Would you please transcribe, exactly as written, the lines of the entries below starting at the one that holds "#153=VERTEX_POINT('',#152);" and ending at the one that holds "#161=FACE_BOUND('',#160,.T.);", both included?

Saved entries

────────

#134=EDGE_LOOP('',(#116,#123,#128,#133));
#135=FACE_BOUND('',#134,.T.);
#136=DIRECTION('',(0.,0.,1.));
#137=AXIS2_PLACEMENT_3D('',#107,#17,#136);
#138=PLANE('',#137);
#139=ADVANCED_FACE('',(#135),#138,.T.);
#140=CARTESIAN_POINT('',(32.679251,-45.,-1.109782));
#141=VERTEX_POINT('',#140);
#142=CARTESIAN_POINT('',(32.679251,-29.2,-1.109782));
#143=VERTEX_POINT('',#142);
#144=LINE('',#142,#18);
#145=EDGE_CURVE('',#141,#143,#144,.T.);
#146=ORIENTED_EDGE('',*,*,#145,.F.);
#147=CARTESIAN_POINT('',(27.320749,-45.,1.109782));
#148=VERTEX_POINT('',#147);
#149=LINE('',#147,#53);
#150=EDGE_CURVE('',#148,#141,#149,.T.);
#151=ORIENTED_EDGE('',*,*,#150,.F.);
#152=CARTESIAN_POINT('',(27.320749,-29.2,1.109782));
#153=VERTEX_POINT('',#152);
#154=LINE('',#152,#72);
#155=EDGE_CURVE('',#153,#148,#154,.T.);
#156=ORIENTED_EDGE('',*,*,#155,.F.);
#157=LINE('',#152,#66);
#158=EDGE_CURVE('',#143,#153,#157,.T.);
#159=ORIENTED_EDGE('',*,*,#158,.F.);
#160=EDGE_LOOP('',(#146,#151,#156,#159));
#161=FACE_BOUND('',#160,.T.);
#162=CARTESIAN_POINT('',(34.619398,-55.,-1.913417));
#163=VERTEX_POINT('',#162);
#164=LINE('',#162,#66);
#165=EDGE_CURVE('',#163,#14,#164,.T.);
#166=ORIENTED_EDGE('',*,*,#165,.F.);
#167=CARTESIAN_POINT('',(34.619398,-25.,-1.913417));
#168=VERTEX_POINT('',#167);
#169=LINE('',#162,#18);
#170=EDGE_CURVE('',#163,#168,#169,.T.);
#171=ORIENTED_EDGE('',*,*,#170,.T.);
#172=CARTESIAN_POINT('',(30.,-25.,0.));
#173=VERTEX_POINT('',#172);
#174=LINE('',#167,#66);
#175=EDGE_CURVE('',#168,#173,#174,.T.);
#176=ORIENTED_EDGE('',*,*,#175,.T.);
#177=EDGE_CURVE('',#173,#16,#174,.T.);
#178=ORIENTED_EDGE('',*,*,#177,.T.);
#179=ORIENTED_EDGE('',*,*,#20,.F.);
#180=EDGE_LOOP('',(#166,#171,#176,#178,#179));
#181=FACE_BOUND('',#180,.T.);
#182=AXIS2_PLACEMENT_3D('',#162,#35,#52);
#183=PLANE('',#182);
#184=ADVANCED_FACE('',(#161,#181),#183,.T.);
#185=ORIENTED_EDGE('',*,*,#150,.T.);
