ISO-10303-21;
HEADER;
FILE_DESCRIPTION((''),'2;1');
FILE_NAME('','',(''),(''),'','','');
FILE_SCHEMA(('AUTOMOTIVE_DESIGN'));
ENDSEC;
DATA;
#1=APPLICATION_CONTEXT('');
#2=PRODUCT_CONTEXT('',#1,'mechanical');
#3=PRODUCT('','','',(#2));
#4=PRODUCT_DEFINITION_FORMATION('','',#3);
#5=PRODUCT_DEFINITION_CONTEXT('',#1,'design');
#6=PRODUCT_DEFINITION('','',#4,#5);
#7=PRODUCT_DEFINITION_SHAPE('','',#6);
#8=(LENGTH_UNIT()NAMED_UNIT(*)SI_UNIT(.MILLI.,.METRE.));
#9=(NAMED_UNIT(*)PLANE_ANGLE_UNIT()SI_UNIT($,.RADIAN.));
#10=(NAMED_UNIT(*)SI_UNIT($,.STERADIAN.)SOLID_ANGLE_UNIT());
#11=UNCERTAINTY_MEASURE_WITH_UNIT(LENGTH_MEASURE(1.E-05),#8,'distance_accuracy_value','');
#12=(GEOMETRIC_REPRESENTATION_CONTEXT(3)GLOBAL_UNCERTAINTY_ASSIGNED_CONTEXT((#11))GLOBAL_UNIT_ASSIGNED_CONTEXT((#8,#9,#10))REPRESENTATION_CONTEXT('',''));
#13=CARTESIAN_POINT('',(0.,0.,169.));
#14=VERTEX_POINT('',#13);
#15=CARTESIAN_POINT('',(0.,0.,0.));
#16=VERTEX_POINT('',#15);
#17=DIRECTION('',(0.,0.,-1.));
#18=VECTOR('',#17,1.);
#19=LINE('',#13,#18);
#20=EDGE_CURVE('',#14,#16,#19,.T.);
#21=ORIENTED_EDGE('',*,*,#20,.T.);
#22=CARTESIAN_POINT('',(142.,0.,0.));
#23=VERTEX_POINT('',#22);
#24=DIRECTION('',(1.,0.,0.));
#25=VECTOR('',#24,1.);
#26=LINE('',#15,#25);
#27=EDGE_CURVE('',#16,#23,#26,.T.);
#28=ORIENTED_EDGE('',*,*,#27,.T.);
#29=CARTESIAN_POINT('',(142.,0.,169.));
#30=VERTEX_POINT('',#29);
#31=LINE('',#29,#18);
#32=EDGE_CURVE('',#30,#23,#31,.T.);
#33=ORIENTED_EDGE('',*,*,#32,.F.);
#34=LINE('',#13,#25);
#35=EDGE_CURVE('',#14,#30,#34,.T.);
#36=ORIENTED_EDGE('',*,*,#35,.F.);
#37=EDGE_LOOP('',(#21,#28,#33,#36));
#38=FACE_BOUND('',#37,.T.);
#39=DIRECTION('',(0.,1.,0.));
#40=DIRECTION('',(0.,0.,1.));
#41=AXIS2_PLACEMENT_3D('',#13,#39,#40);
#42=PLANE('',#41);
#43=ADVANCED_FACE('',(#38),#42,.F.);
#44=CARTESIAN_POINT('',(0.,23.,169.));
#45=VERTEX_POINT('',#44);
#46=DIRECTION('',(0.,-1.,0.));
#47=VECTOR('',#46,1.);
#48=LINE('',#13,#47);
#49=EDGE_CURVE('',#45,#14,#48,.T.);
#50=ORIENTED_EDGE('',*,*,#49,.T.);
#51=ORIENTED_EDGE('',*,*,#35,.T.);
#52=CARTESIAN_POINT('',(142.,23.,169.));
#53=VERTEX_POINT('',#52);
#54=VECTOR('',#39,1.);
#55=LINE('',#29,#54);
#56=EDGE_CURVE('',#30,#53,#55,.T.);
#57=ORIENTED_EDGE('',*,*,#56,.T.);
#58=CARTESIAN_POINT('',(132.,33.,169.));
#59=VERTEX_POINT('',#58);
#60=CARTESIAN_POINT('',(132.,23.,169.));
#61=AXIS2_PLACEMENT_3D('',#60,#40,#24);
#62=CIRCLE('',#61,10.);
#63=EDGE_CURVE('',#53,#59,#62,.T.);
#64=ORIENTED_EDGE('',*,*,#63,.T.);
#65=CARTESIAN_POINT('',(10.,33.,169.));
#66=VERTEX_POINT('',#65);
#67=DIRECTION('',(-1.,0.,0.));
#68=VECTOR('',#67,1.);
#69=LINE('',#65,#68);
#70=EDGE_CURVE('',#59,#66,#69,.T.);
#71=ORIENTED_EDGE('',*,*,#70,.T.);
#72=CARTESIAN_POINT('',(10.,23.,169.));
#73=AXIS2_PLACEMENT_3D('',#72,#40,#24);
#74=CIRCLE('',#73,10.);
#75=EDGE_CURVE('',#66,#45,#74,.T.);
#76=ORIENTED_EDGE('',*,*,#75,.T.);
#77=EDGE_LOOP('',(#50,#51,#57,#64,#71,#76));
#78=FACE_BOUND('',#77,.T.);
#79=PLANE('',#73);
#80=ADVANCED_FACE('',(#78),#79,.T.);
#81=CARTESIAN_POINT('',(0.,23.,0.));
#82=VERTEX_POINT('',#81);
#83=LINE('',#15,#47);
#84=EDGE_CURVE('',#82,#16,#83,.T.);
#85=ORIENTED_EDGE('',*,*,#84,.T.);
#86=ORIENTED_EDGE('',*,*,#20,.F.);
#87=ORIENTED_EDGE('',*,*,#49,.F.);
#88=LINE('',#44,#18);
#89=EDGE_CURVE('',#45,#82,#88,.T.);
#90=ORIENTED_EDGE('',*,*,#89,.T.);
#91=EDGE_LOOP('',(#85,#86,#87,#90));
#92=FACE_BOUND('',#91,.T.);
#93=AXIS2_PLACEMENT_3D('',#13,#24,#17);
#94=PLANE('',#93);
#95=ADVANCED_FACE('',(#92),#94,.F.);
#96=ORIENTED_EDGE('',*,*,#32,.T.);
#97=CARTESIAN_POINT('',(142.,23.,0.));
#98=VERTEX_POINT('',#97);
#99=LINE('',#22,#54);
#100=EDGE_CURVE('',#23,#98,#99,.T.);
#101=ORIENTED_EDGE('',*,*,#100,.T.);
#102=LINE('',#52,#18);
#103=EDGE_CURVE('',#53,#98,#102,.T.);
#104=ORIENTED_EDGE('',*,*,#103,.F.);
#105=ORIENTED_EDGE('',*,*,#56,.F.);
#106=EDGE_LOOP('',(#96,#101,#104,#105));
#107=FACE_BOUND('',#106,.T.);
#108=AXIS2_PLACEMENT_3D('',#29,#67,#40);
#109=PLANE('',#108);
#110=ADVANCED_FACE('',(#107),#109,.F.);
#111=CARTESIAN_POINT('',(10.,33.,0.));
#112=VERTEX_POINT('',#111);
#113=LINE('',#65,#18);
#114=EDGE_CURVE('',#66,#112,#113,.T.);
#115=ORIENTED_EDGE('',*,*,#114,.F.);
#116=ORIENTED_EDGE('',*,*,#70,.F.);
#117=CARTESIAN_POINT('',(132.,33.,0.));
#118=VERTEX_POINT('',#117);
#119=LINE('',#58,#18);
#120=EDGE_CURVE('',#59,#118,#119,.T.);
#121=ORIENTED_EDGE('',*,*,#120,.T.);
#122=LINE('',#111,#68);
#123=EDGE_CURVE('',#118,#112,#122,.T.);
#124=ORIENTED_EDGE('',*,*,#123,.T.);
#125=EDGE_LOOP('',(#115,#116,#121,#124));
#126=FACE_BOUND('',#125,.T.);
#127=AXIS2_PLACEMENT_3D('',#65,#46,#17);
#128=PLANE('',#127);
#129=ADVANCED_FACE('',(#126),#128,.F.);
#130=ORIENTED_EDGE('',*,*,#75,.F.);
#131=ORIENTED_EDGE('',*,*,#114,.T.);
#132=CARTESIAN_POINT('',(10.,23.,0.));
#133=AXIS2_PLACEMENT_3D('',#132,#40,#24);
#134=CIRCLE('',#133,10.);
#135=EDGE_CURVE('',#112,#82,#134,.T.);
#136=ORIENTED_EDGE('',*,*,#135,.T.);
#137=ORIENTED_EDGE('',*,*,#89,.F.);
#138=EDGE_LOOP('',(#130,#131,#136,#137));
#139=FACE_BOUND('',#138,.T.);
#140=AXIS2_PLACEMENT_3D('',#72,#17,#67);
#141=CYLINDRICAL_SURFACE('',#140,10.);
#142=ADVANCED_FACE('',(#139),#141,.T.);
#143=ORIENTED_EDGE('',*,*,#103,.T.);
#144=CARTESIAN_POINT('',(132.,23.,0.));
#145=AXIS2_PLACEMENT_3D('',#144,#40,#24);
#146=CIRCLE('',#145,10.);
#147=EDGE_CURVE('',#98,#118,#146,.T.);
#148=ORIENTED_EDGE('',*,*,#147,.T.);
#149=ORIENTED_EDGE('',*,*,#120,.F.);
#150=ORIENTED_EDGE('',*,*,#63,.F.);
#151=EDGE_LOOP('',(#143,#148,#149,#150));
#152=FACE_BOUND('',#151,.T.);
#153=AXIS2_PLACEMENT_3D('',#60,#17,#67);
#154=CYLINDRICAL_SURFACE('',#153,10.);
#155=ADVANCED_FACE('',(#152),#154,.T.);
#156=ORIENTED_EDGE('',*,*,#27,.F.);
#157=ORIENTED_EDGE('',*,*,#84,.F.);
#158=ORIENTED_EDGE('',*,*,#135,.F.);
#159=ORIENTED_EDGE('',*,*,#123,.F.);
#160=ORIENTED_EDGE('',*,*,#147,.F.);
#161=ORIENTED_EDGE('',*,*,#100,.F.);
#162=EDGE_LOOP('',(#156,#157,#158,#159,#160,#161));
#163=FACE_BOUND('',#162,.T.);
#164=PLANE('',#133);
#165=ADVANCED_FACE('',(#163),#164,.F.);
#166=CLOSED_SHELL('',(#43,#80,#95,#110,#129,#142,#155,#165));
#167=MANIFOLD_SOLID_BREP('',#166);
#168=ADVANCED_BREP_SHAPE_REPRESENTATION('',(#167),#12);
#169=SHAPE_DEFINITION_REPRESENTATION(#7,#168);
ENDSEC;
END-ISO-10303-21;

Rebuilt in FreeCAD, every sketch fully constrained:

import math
import FreeCAD as App
import Part
import Sketcher
Q = App.Units.Quantity

doc = App.newDocument("Part")
params = doc.addObject("Spreadsheet::Sheet", "Params")
for row, (alias, value) in enumerate([
    ("sketch1_radius", "10 mm"),
    ("sketch1_width", "142 mm"),
    ("sketch1_height", "23 mm"),
    ("pad1_length", "169 mm"),
], start=1):
    params.set(f"A{row}", alias)
    params.set(f"B{row}", "=" + value)
    params.setAlias(f"B{row}", alias)

body = doc.addObject("PartDesign::Body", "Body")

# Sketch on XY plane
sketch1 = body.newObject("Sketcher::SketchObject", "Sketch")
sketch1.AttachmentSupport = (doc.getObject("XY_Plane"), [""])
sketch1.MapMode = "FlatFace"
sketch1.addGeometry(Part.LineSegment(App.Vector(0, 0, 0), App.Vector(142, 0, 0)), False)
sketch1.addGeometry(Part.LineSegment(App.Vector(142, 0, 0), App.Vector(142, 23, 0)), False)
sketch1.addGeometry(Part.ArcOfCircle(Part.Circle(App.Vector(132, 23, 0), App.Vector(0, 0, 1), 10), math.radians(0), math.radians(90)), False)
sketch1.addGeometry(Part.LineSegment(App.Vector(132, 33, 0), App.Vector(10, 33, 0)), False)
sketch1.addGeometry(Part.ArcOfCircle(Part.Circle(App.Vector(10, 23, 0), App.Vector(0, 0, 1), 10), math.radians(90), math.radians(180)), False)
sketch1.addGeometry(Part.LineSegment(App.Vector(0, 23, 0), App.Vector(0, 0, 0)), False)
sketch1.addConstraint(Sketcher.Constraint("Coincident", 0, 2, 1, 1))
sketch1.addConstraint(Sketcher.Constraint("Tangent", 1, 2, 2, 1))
sketch1.addConstraint(Sketcher.Constraint("Tangent", 2, 2, 3, 1))
sketch1.addConstraint(Sketcher.Constraint("Tangent", 3, 2, 4, 1))
sketch1.addConstraint(Sketcher.Constraint("Tangent", 4, 2, 5, 1))
sketch1.addConstraint(Sketcher.Constraint("Coincident", 5, 2, 0, 1))
sketch1.addConstraint(Sketcher.Constraint("Horizontal", 0))
sketch1.addConstraint(Sketcher.Constraint("Vertical", 1))
sketch1.addConstraint(Sketcher.Constraint("Horizontal", 3))
sketch1.addConstraint(Sketcher.Constraint("Vertical", 5))
sketch1.addConstraint(Sketcher.Constraint("Coincident", 5, 2, -1, 1))
sketch1.addConstraint(Sketcher.Constraint("Equal", 2, 4))
sketch1.addConstraint(Sketcher.Constraint("Radius", 2, Q("10 mm")))
sketch1.addConstraint(Sketcher.Constraint("DistanceX", 0, 1, 0, 2, Q("142 mm")))
sketch1.addConstraint(Sketcher.Constraint("DistanceY", 1, 1, 1, 2, Q("23 mm")))
sketch1.setExpression("Constraints[12]", "Params.sketch1_radius")
sketch1.setExpression("Constraints[13]", "Params.sketch1_width")
sketch1.setExpression("Constraints[14]", "Params.sketch1_height")
pad1 = body.newObject("PartDesign::Pad", "Pad")
pad1.Profile = sketch1
pad1.setExpression("Length", "Params.pad1_length")

doc.recompute()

────────

## [PROBLEM SOLUTION]
#153=VERTEX_POINT('',#152);
#154=LINE('',#152,#72);
#155=EDGE_CURVE('',#153,#148,#154,.T.);
#156=ORIENTED_EDGE('',*,*,#155,.F.);
#157=LINE('',#152,#66);
#158=EDGE_CURVE('',#143,#153,#157,.T.);
#159=ORIENTED_EDGE('',*,*,#158,.F.);
#160=EDGE_LOOP('',(#146,#151,#156,#159));
#161=FACE_BOUND('',#160,.T.);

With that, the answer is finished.